_WHAT NEEDS TO BE DONE:_ Reproduce exactly the lines below, from the first through the one containing "f 106 104 111", and nothing more.

_Collected data:_

━━━━━━━━━━━━━━━━

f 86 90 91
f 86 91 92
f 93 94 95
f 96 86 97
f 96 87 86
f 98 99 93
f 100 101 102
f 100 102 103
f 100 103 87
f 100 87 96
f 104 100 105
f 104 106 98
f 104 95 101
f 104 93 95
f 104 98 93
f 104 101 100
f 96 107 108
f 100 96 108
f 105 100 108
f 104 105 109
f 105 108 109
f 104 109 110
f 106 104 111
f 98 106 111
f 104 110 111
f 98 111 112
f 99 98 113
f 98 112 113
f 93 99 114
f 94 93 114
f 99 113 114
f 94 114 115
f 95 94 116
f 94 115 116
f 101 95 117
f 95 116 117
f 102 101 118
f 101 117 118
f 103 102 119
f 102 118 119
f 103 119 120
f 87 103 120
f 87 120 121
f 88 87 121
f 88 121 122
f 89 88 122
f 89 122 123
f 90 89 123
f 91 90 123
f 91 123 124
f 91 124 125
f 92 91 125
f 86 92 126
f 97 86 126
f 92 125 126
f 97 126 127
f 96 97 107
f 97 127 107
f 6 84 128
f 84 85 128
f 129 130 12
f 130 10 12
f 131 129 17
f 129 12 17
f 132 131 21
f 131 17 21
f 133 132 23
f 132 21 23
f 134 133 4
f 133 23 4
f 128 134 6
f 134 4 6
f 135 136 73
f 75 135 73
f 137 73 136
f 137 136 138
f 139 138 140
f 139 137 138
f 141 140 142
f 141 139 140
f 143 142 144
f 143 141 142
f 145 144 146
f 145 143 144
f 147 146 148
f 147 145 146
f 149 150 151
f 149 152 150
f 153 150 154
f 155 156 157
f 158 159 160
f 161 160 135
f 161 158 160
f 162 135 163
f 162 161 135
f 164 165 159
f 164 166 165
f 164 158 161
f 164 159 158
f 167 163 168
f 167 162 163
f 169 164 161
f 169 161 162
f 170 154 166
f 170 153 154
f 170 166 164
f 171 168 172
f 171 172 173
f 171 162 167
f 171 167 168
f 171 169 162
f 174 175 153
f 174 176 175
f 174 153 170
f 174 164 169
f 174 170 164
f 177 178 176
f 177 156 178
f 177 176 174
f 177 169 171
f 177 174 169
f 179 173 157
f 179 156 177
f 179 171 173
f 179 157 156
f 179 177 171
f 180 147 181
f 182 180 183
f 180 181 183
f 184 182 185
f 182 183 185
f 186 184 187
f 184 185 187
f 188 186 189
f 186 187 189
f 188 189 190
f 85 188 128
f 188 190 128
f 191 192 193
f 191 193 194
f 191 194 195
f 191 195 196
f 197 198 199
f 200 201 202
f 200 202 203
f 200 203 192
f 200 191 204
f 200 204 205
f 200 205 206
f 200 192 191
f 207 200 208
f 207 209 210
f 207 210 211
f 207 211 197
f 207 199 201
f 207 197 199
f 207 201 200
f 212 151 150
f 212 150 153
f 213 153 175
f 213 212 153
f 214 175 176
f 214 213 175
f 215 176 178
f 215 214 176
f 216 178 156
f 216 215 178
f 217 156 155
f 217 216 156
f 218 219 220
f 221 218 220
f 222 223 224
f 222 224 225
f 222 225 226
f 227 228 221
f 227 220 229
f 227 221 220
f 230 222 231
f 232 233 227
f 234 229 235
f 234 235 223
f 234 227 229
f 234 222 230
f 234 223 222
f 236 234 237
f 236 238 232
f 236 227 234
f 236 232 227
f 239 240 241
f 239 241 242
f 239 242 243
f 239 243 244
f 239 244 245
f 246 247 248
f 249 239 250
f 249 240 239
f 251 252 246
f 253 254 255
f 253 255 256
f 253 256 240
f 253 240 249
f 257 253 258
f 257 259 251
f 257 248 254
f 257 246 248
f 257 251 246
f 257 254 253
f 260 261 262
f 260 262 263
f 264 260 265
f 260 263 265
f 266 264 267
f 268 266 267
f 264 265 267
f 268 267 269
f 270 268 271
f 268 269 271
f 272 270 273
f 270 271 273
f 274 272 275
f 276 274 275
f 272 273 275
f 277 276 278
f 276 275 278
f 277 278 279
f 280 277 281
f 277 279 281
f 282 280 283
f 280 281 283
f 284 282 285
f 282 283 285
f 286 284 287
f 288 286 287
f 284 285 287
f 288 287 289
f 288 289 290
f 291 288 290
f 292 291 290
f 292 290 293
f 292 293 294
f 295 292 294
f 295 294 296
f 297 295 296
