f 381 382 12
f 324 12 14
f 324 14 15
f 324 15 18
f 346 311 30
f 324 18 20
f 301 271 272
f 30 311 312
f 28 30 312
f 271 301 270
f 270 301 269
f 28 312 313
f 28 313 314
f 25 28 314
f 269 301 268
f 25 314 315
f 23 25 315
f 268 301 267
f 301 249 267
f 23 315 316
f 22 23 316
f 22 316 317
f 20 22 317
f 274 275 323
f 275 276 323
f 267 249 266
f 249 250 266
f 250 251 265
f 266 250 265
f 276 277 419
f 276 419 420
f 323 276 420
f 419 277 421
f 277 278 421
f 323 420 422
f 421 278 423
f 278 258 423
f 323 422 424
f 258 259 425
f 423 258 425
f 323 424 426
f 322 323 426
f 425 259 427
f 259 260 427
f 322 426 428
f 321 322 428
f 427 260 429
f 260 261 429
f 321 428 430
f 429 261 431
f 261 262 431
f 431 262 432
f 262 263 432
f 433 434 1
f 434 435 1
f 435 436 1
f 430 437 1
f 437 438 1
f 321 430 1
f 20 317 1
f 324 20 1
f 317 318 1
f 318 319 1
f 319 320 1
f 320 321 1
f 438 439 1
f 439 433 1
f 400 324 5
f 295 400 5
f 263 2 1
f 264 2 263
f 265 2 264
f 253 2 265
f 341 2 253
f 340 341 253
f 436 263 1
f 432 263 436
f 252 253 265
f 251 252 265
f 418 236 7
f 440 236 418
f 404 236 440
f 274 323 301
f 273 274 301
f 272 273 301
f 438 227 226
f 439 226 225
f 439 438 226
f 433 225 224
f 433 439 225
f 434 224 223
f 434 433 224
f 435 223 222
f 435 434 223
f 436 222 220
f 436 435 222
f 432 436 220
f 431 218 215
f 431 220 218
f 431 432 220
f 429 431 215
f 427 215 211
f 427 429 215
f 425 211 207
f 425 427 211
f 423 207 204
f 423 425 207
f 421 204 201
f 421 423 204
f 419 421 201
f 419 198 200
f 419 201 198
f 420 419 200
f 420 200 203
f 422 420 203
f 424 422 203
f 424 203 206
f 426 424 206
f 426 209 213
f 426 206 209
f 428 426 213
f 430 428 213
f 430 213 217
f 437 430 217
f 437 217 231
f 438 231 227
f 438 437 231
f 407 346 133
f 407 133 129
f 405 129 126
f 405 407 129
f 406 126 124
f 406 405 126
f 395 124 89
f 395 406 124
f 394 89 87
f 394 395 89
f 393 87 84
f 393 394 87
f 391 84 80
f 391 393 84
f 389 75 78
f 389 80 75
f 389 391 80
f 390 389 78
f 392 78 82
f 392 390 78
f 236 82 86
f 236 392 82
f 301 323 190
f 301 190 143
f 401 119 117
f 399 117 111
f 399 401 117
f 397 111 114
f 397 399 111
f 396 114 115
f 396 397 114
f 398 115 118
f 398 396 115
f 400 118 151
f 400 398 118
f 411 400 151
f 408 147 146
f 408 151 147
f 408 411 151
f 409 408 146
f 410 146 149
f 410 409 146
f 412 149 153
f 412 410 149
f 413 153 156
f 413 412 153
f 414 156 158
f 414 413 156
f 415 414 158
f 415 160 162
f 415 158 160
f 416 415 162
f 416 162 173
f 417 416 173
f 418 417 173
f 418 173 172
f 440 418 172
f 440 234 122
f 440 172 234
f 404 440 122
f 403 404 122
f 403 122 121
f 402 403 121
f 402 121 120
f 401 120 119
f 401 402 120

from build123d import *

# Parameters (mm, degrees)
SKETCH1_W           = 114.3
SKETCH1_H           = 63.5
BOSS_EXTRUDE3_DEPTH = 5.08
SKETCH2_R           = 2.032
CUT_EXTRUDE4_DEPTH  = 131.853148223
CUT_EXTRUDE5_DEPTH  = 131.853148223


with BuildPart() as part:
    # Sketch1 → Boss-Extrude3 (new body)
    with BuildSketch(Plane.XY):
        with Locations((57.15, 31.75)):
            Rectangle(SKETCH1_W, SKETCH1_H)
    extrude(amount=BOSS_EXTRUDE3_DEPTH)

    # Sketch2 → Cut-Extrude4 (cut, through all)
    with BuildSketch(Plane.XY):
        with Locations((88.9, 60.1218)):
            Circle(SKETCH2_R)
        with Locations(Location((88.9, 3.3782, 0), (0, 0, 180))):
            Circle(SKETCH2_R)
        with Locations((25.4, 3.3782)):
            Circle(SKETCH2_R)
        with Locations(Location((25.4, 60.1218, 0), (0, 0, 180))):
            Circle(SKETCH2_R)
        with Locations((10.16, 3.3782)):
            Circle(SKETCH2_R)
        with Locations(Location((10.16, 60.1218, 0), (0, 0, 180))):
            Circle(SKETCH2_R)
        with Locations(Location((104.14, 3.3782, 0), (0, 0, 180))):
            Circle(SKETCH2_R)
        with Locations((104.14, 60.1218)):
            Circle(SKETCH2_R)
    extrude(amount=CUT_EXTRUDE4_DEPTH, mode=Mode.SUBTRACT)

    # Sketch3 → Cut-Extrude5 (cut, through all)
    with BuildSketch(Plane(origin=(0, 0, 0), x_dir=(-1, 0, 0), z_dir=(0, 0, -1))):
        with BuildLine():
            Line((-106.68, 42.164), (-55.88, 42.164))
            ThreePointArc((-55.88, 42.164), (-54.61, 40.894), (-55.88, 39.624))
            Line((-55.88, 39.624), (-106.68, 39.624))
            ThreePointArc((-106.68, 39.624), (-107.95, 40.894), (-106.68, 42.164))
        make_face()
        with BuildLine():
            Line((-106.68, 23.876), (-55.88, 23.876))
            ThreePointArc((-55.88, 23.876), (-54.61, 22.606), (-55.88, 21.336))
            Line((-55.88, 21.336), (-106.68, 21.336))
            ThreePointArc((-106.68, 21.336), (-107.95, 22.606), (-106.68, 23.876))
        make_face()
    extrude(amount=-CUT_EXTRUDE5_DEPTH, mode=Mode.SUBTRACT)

━━━━━━━━━━━━━━━━

_SOLUTION FOR THIS PROBLEM:_
f 86 90 91
f 86 91 92
f 93 94 95
f 96 86 97
f 96 87 86
f 98 99 93
f 100 101 102
f 100 102 103
f 100 103 87
f 100 87 96
f 104 100 105
f 104 106 98
f 104 95 101
f 104 93 95
f 104 98 93
f 104 101 100
f 96 107 108
f 100 96 108
f 105 100 108
f 104 105 109
f 105 108 109
f 104 109 110
f 106 104 111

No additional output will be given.